Distraction is my biggest challenge. Putting hands to keyboard away from NON-writing distractions takes a monumental amount of effort.  Once I'm started, inertia keeps me going, but starting can be harder than getting the car engine to turn over at 40º below zero."Try writing exercises," say All The Experts.  "Prime that creativity pump!""Nope," says contrarian me. My creative pump doesn't need priming, it needs control. Exercises divert me.  If I start doing them, I work on them to the exclusion of all other writing. Tasks like character interviews, random story prompts, and plot-starters get my mind moving, but I have to file them under the same mental header as alphabetizing my spice rack.  Sure, the result will be pretty, but is it really a good use of my time?I mean, I don't use the spices in alphabetical order, I prefer grouping spices & herbs I use together, and I like having the ones I use most in front, so why bother? Same question applies to wording. Should I spend time practicing on exercises or on actual writing?Five-minute free association writing is the only type of exercise that works for me, and even then, I have to pretend someone else will read it.This summer I'm doing pieces twice a week on words provided by friends.
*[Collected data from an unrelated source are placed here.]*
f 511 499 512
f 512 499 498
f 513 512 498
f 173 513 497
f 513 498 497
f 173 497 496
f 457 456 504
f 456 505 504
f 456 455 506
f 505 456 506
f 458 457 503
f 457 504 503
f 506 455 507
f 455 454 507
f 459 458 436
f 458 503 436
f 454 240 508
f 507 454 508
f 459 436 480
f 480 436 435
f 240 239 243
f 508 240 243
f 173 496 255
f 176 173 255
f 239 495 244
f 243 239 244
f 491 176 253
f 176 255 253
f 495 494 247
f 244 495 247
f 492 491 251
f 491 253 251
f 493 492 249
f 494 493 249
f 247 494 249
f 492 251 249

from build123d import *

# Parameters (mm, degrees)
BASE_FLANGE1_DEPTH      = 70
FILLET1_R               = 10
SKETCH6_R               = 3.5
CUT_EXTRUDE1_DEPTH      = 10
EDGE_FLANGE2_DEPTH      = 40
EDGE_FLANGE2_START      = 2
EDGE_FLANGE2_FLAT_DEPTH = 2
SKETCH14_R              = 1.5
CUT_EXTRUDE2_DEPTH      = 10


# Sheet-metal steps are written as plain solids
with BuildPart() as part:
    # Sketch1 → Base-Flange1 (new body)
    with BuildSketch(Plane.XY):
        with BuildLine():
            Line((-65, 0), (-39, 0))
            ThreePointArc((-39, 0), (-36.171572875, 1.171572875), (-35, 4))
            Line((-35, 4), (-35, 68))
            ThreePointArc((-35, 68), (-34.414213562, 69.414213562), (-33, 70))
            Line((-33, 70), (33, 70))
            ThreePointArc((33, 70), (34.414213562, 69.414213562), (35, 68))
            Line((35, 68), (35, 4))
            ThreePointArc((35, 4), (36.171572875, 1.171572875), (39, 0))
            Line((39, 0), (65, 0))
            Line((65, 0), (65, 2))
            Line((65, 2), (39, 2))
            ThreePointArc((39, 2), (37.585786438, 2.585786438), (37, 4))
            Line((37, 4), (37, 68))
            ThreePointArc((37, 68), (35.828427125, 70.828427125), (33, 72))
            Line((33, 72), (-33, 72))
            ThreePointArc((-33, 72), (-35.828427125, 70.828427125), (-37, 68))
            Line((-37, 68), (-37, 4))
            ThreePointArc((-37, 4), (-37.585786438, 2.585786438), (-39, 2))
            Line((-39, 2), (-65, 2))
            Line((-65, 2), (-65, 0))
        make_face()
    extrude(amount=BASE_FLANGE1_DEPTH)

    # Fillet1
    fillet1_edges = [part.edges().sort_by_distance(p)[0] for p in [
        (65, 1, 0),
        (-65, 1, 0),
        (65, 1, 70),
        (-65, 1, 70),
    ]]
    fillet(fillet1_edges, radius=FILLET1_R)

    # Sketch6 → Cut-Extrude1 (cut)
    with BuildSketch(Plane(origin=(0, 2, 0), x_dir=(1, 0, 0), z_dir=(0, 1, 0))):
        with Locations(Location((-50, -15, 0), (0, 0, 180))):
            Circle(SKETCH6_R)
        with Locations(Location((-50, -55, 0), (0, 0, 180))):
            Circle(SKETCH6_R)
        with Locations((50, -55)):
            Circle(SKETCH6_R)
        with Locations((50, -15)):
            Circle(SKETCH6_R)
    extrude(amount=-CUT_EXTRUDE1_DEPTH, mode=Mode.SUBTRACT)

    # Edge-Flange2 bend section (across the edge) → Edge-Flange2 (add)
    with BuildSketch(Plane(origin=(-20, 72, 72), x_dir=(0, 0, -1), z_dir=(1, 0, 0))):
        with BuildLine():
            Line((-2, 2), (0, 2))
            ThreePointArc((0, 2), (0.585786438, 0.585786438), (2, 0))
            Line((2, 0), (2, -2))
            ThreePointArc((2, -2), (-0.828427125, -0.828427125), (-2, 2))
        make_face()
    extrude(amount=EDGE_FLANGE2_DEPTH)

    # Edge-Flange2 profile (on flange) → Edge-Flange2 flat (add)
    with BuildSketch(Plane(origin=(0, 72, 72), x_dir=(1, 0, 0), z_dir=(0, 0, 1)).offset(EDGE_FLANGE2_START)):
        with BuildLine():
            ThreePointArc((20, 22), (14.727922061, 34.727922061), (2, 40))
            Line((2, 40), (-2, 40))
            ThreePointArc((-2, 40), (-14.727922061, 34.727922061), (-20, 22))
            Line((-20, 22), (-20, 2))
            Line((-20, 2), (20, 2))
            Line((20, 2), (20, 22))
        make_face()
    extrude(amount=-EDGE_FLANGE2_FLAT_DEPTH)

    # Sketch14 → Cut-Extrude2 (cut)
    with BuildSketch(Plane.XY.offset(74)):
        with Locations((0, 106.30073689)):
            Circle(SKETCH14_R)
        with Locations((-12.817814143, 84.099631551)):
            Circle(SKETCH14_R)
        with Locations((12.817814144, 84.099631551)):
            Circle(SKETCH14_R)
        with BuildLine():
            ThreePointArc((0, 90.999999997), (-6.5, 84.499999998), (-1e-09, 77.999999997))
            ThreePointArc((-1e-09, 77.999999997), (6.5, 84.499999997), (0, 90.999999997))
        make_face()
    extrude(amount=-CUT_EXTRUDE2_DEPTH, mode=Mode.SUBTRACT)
I post them to my other blog space, Sometimes I Do Other Things. Here's the post from earlier this week, just for jollies:


July 24. The word is incandescent.I might have a thing for four-syllable words. They have a beat that appeals. I mean, one can say “lighted from within by heat” with a lot of words. Alit. Glowing. Shining. Fiery.  I could keep going without a thesaurus, but my POINT is that I like the four-syllable version of it best of bestest.In-can-DES-cent. You could dance to it. Tossing that word into a sentence with a lot of short, brisk nouns really changes the flow and …erm…brightens it up.The “it’s on fire” implication pleases me too. I am a fan of fire. When I was a camp cook, we did all our meals over open fires, so that meant three to four fires a day (s’mores!) six days a week for ten weeks. Rain or shine, all outdoors. We had a backup pit in the tin-roof dining shelter, but I only remember using it four times in four years. Three times were in one memorably soggy summer.The rest of the time we made that cook fire roar hard enough to scare off puny raindrops. It wasn’t just for food either. Typically we boiled about 20 gallons of water per meal for washing and semi-sterilize all the dishes too.  (Bleach was also our friend. Better/healthy living through chemistry.)ANYway. The best part was lighting the first fire of the day. We had a little ritual for banking a fire to be safe overnight. No dousing with water the Girls Scout way, because this was a working pit, not a campfire. We banked it like pioneers, burning it down to nothing,  burying any hot coals safe beneath a heavy layer of cool ash and clinkers at the bottom, then covering the pit with the spark grate.Our side goal was to go as many days as possible without lighting a match. Kinda like those safety signs. “It has been (X) days since we last resorted to using modern tools.”Imagine kneeling in the dew of the early morning to dig through smoky dust while still sleepy-eyed and pre-caffeinated, until at last you find one tiny coal withering to nothing at the touch of damp air. Your only tools are sassafras twigs, the power of your lungs, and the skill of your hands. Careful, gentle, as delicate as can be, you breathe life back into that coal until fire leaps free again, newborn and hungry for fuel.I felt as powerful as any goddess, I swear. Incandescent indeed.